この記事では、期限の全体像、ESUの費用と「Azureなら無償」という誤解、SQL Server 2016との連鎖、移行の選択肢と費用、そして移行が間に合わないサーバーをどう守るかまでを、中小企業の目線でまとめて解説します。
Windows Server 2016のサポートはいつ終わる?
Windows Server 2016 は、メインストリームサポートがすでに2022年1月11日に終了しており、現在は延長サポート期間中です。その延長サポートが 2027年1月12日 に終了します。
関連する製品の期限とあわせると、次のようになります。
| 製品 | サポート終了日 | 2026年8月時点の状況 |
|---|---|---|
| Windows Server 2016 | 2027年1月12日 | あと約5か月。有償ESUを最大3年まで購入可能 |
| SQL Server 2016 | 2026年7月14日 | 終了済み(更新は配布されていない) |
| Exchange Server 2016/2019 | 2025年10月14日 | 終了済み |
| Windows 10(一般法人向け) | 2025年10月14日 | 終了済み。ESU1年目が2026年10月13日まで |
| Windows 10 Enterprise LTSB 2016 | 2026年10月13日 | あと約2か月。ESU初年度は1台61米ドル |
| Office 2021 | 2026年10月13日 | あと約2か月。ESUの仕組み自体がない |
つまり、多くの中小企業では「クライアントPCの期限(2026年10月)」と「サーバーの期限(2027年1月)」が3か月違いで連続してやってきます。PC側の対応で手一杯になり、サーバーが後回しになるのが、いま最も起きやすい失敗です。

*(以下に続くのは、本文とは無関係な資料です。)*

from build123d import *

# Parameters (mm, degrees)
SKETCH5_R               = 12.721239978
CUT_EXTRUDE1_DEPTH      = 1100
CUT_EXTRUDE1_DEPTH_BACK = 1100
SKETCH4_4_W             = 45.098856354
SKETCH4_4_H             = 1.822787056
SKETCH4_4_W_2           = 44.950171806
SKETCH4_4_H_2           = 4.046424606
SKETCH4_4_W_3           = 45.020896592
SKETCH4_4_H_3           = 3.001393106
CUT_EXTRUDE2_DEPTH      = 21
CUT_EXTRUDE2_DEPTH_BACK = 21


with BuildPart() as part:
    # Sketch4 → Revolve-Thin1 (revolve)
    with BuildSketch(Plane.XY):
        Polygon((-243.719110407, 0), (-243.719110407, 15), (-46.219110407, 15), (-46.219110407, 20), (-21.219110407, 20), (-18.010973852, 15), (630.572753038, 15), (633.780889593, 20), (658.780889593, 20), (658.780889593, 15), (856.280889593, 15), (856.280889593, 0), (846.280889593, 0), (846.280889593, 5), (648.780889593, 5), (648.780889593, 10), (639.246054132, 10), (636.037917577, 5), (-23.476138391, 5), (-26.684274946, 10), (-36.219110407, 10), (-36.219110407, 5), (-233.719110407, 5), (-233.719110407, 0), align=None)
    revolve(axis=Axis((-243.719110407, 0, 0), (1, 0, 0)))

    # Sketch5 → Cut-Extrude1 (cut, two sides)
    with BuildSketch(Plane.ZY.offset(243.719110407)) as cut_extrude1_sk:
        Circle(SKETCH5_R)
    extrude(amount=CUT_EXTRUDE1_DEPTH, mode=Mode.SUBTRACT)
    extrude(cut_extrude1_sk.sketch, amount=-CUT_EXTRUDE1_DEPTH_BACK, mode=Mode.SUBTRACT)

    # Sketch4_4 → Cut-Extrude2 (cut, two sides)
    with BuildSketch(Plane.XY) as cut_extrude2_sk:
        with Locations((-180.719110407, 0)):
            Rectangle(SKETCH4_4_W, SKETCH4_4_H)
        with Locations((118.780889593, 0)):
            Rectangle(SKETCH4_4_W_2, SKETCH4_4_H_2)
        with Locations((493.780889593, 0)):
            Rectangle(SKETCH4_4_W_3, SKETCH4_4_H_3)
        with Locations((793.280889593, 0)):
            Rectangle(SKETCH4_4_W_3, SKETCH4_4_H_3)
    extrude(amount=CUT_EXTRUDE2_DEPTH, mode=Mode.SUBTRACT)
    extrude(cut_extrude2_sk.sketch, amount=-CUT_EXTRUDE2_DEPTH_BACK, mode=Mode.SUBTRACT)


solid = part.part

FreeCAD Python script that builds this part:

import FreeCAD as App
import Part
import Sketcher
from FreeCAD import Vector


def add_polygon(sketch, points):
    """Adds a closed chain of lines whose ends are joined by coincident constraints."""
    first, n = sketch.GeometryCount, len(points)
    for a, b in zip(points, points[1:] + points[:1]):
        sketch.addGeometry(Part.LineSegment(App.Vector(*a, 0), App.Vector(*b, 0)), False)
    for i in range(n):
        sketch.addConstraint(Sketcher.Constraint("Coincident", first + i, 2, first + (i + 1) % n, 1))

doc = App.newDocument("Part")
params = doc.addObject("Spreadsheet::Sheet", "Params")
for row, (alias, value) in enumerate([
    ("sketch1_width", "10 mm"),
    ("sketch1_width2", "25 mm"),
    ("sketch1_height", "15 mm"),
    ("sketch1_height2", "5 mm"),
    ("sketch1_width3", "197.5 mm"),
    ("revolution_angle", "360 deg"),
], start=1):
    params.set(f"A{row}", alias)
    params.set(f"B{row}", "=" + value)
    params.setAlias(f"B{row}", alias)

body = doc.addObject("PartDesign::Body", "Body")

sketch1 = body.newObject("Sketcher::SketchObject", "Sketch")
sketch1.AttachmentSupport = (doc.getObject("XY_Plane"), [""])
sketch1.MapMode = "FlatFace"
add_polygon(sketch1, [(-243.71911, 15), (-243.71911, 0), (-233.71911, 0), (-233.71911, 5), (-36.21911, 5), (-36.21911, 10), (-26.684275, 10), (-23.476138, 5), (636.037918, 5), (639.246054, 10), (648.78089, 10), (648.78089, 5), (846.28089, 5), (846.28089, 0), (856.28089, 0), (856.28089, 15), (658.78089, 15), (658.78089, 20), (633.78089, 20), (630.572753, 15), (-18.010974, 15), (-21.21911, 20), (-46.21911, 20), (-46.21911, 15)])
sketch1.addConstraint(Sketcher.Constraint("Vertical", 0))
sketch1.addConstraint(Sketcher.Constraint("Horizontal", 1))
sketch1.addConstraint(Sketcher.Constraint("Vertical", 2))
sketch1.addConstraint(Sketcher.Constraint("Horizontal", 3))
sketch1.addConstraint(Sketcher.Constraint("Vertical", 4))
sketch1.addConstraint(Sketcher.Constraint("Horizontal", 5))
sketch1.addConstraint(Sketcher.Constraint("Horizontal", 7))
sketch1.addConstraint(Sketcher.Constraint("Horizontal", 9))
sketch1.addConstraint(Sketcher.Constraint("Vertical", 10))
sketch1.addConstraint(Sketcher.Constraint("Horizontal", 11))
sketch1.addConstraint(Sketcher.Constraint("Vertical", 12))
sketch1.addConstraint(Sketcher.Constraint("Horizontal", 13))
sketch1.addConstraint(Sketcher.Constraint("Vertical", 14))
sketch1.addConstraint(Sketcher.Constraint("Horizontal", 15))
sketch1.addConstraint(Sketcher.Constraint("Vertical", 16))
sketch1.addConstraint(Sketcher.Constraint("Horizontal", 17))
sketch1.addConstraint(Sketcher.Constraint("Horizontal", 19))
sketch1.addConstraint(Sketcher.Constraint("Horizontal", 21))
sketch1.addConstraint(Sketcher.Constraint("Vertical", 22))
sketch1.addConstraint(Sketcher.Constraint("Horizontal", 23))
sketch1.addConstraint(Sketcher.Constraint("PointOnObject", 0, 2, -1))
sketch1.addConstraint(Sketcher.Constraint("PointOnObject", 12, 2, -1))
sketch1.addConstraint(Sketcher.Constraint("Parallel", 8, 18))
sketch1.addConstraint(Sketcher.Constraint("Parallel", 6, 20))
sketch1.addConstraint(Sketcher.Constraint("Horizontal", 3, 2, 6, 2))
sketch1.addConstraint(Sketcher.Constraint("Horizontal", 5, 2, 8, 2))
sketch1.addConstraint(Sketcher.Constraint("Horizontal", 7, 2, 10, 2))
sketch1.addConstraint(Sketcher.Constraint("Horizontal", 15, 2, 18, 2))
sketch1.addConstraint(Sketcher.Constraint("Horizontal", 17, 2, 20, 2))
sketch1.addConstraint(Sketcher.Constraint("Horizontal", 19, 2, 22, 2))
sketch1.addConstraint(Sketcher.Constraint("Equal", 5, 9))
sketch1.addConstraint(Sketcher.Constraint("Equal", 3, 11))
sketch1.addConstraint(Sketcher.Constraint("Equal", 1, 13))
sketch1.addConstraint(Sketcher.Constraint("Equal", 11, 15))
sketch1.addConstraint(Sketcher.Constraint("Equal", 17, 21))
sketch1.addConstraint(Sketcher.Constraint("Equal", 15, 23))
sketch1.addConstraint(Sketcher.Constraint("Equal", 2, 4))
sketch1.addConstraint(Sketcher.Constraint("Equal", 12, 16))
sketch1.addConstraint(Sketcher.Constraint("Equal", 6, 8))
sketch1.addConstraint(Sketcher.Constraint("DistanceX", 1, 1, 1, 2, 10.0))
sketch1.addConstraint(Sketcher.Constraint("DistanceX", 17, 2, 17, 1, 25.0))
sketch1.addConstraint(Sketcher.Constraint("DistanceY", 0, 2, 0, 1, 15.0))
sketch1.addConstraint(Sketcher.Constraint("DistanceY", 2, 1, 2, 2, 5.0))
sketch1.addConstraint(Sketcher.Constraint("DistanceX", 3, 1, 3, 2, 197.5))
sketch1.addConstraint(Sketcher.Constraint("DistanceX", 4, 2, 9, 2, 685.0))
sketch1.addConstraint(Sketcher.Constraint("DistanceX", 18, 2, 8, 2, 8.673301))
sketch1.addConstraint(Sketcher.Constraint("Distance", 6, 5.940719))
sketch1.addConstraint(Sketcher.Constraint("DistanceX", 0, 2, -1, 1, 243.71911))
sketch1.setExpression("Constraints[63]", "Params.sketch1_width")
sketch1.setExpression("Constraints[64]", "Params.sketch1_width2")
sketch1.setExpression("Constraints[65]", "Params.sketch1_height")
sketch1.setExpression("Constraints[66]", "Params.sketch1_height2")
sketch1.setExpression("Constraints[67]", "Params.sketch1_width3")
revolution = body.newObject("PartDesign::Revolution", "Revolution")
revolution.Profile = sketch1
revolution.ReferenceAxis = (sketch1, ["H_Axis"])
revolution.setExpression("Angle", "Params.revolution_angle")

sketch2 = body.newObject("Sketcher::SketchObject", "Sketch001")
sketch2.AttachmentSupport = (doc.getObject("YZ_Plane"), [""])
sketch2.MapMode = "FlatFace"
sketch2.AttachmentOffset = App.Placement(Vector(0, 0, -243.71911), App.Rotation())
sketch2.addGeometry(Part.Circle(Vector(0, 0, 0), Vector(0, 0, 1), 12.72124), False)
sketch2.addConstraint(Sketcher.Constraint("Coincident", 0, 3, -1, 1))
sketch2.addConstraint(Sketcher.Constraint("Diameter", 0, 25.44248))
pocket1 = body.newObject("PartDesign::Pocket", "Pocket")
pocket1.Profile = sketch2
pocket1.Type = "ThroughAll"
pocket1.Midplane = True

sketch3 = body.newObject("Sketcher::SketchObject", "Sketch002")
sketch3.AttachmentSupport = (doc.getObject("XY_Plane"), [""])
sketch3.MapMode = "FlatFace"
add_polygon(sketch3, [(-203.268539, 0.911394), (-203.268539, -0.911394), (-158.169682, -0.911394), (-158.169682, 0.911394)])
add_polygon(sketch3, [(96.305804, 2.023212), (96.305804, -2.023212), (141.255975, -2.023212), (141.255975, 2.023212)])
add_polygon(sketch3, [(471.270441, 1.500697), (471.270441, -1.500697), (516.291338, -1.500697), (516.291338, 1.500697)])
add_polygon(sketch3, [(770.770441, 1.500697), (770.770441, -1.500697), (815.791338, -1.500697), (815.791338, 1.500697)])
sketch3.addConstraint(Sketcher.Constraint("Vertical", 0))
sketch3.addConstraint(Sketcher.Constraint("Horizontal", 1))
sketch3.addConstraint(Sketcher.Constraint("Vertical", 2))
sketch3.addConstraint(Sketcher.Constraint("Horizontal", 3))
sketch3.addConstraint(Sketcher.Constraint("Vertical", 4))
sketch3.addConstraint(Sketcher.Constraint("Horizontal", 5))
sketch3.addConstraint(Sketcher.Constraint("Vertical", 6))
sketch3.addConstraint(Sketcher.Constraint("Horizontal", 7))
sketch3.addConstraint(Sketcher.Constraint("Vertical", 8))
sketch3.addConstraint(Sketcher.Constraint("Horizontal", 9))
sketch3.addConstraint(Sketcher.Constraint("Vertical", 10))
sketch3.addConstraint(Sketcher.Constraint("Horizontal", 11))
sketch3.addConstraint(Sketcher.Constraint("Vertical", 12))
sketch3.addConstraint(Sketcher.Constraint("Horizontal", 13))
sketch3.addConstraint(Sketcher.Constraint("Vertical", 14))
sketch3.addConstraint(Sketcher.Constraint("Horizontal", 15))
sketch3.addConstraint(Sketcher.Constraint("Horizontal", 9, 2, 12, 2))
sketch3.addConstraint(Sketcher.Constraint("Horizontal", 11, 2, 14, 2))
sketch3.addConstraint(Sketcher.Constraint("Equal", 11, 13))
sketch3.addConstraint(Sketcher.Constraint("DistanceX", 8, 2, 12, 2, 299.5))
sketch3.addConstraint(Sketcher.Constraint("DistanceX", 5, 1, 5, 2, 44.950172))
sketch3.addConstraint(Sketcher.Constraint("DistanceX", 1, 1, 1, 2, 45.098856))
sketch3.addConstraint(Sketcher.Constraint("DistanceX", 9, 1, 9, 2, 45.020897))
sketch3.addConstraint(Sketcher.Constraint("DistanceY", 0, 2, 0, 1, 1.822787))
sketch3.addConstraint(Sketcher.Constraint("DistanceY", 4, 2, 4, 1, 4.046425))
sketch3.addConstraint(Sketcher.Constraint("DistanceY", 8, 2, 8, 1, 3.001393))
sketch3.addConstraint(Sketcher.Constraint("DistanceX", 0, 2, -1, 1, 203.268539))
sketch3.addConstraint(Sketcher.Constraint("DistanceX", -1, 1, 8, 2, 471.270441))
sketch3.addConstraint(Sketcher.Constraint("DistanceY", 4, 2, 1, 2, 1.111819))
sketch3.addConstraint(Sketcher.Constraint("DistanceY", 8, 2, 6, 2, 3.523909))
sketch3.addConstraint(Sketcher.Constraint("DistanceY", 0, 2, -1, 1, 0.911394))
sketch3.addConstraint(Sketcher.Constraint("DistanceX", -1, 1, 4, 2, 96.305804))
pocket2 = body.newObject("PartDesign::Pocket", "Pocket001")
pocket2.Profile = sketch3
pocket2.Type = "ThroughAll"
pocket2.Midplane = True

doc.recompute()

▶ 関連記事:Windows 10のESU(延長サポート)1年目が2026年10月13日に終了|法人向けの費用・「無料延長」の誤解とWindows 11移行
なぜ「サーバー」の期限はPCより深刻なのか?
PCは1台ずつ入れ替えられますが、サーバーはそうはいきません。理由は3つあります。
- 止められない:ファイルサーバーや業務システムのサーバーが止まると、その瞬間に全社の業務が止まります。切り替えは営業時間外や連休に限られ、作業できる日が年に数回しかありません。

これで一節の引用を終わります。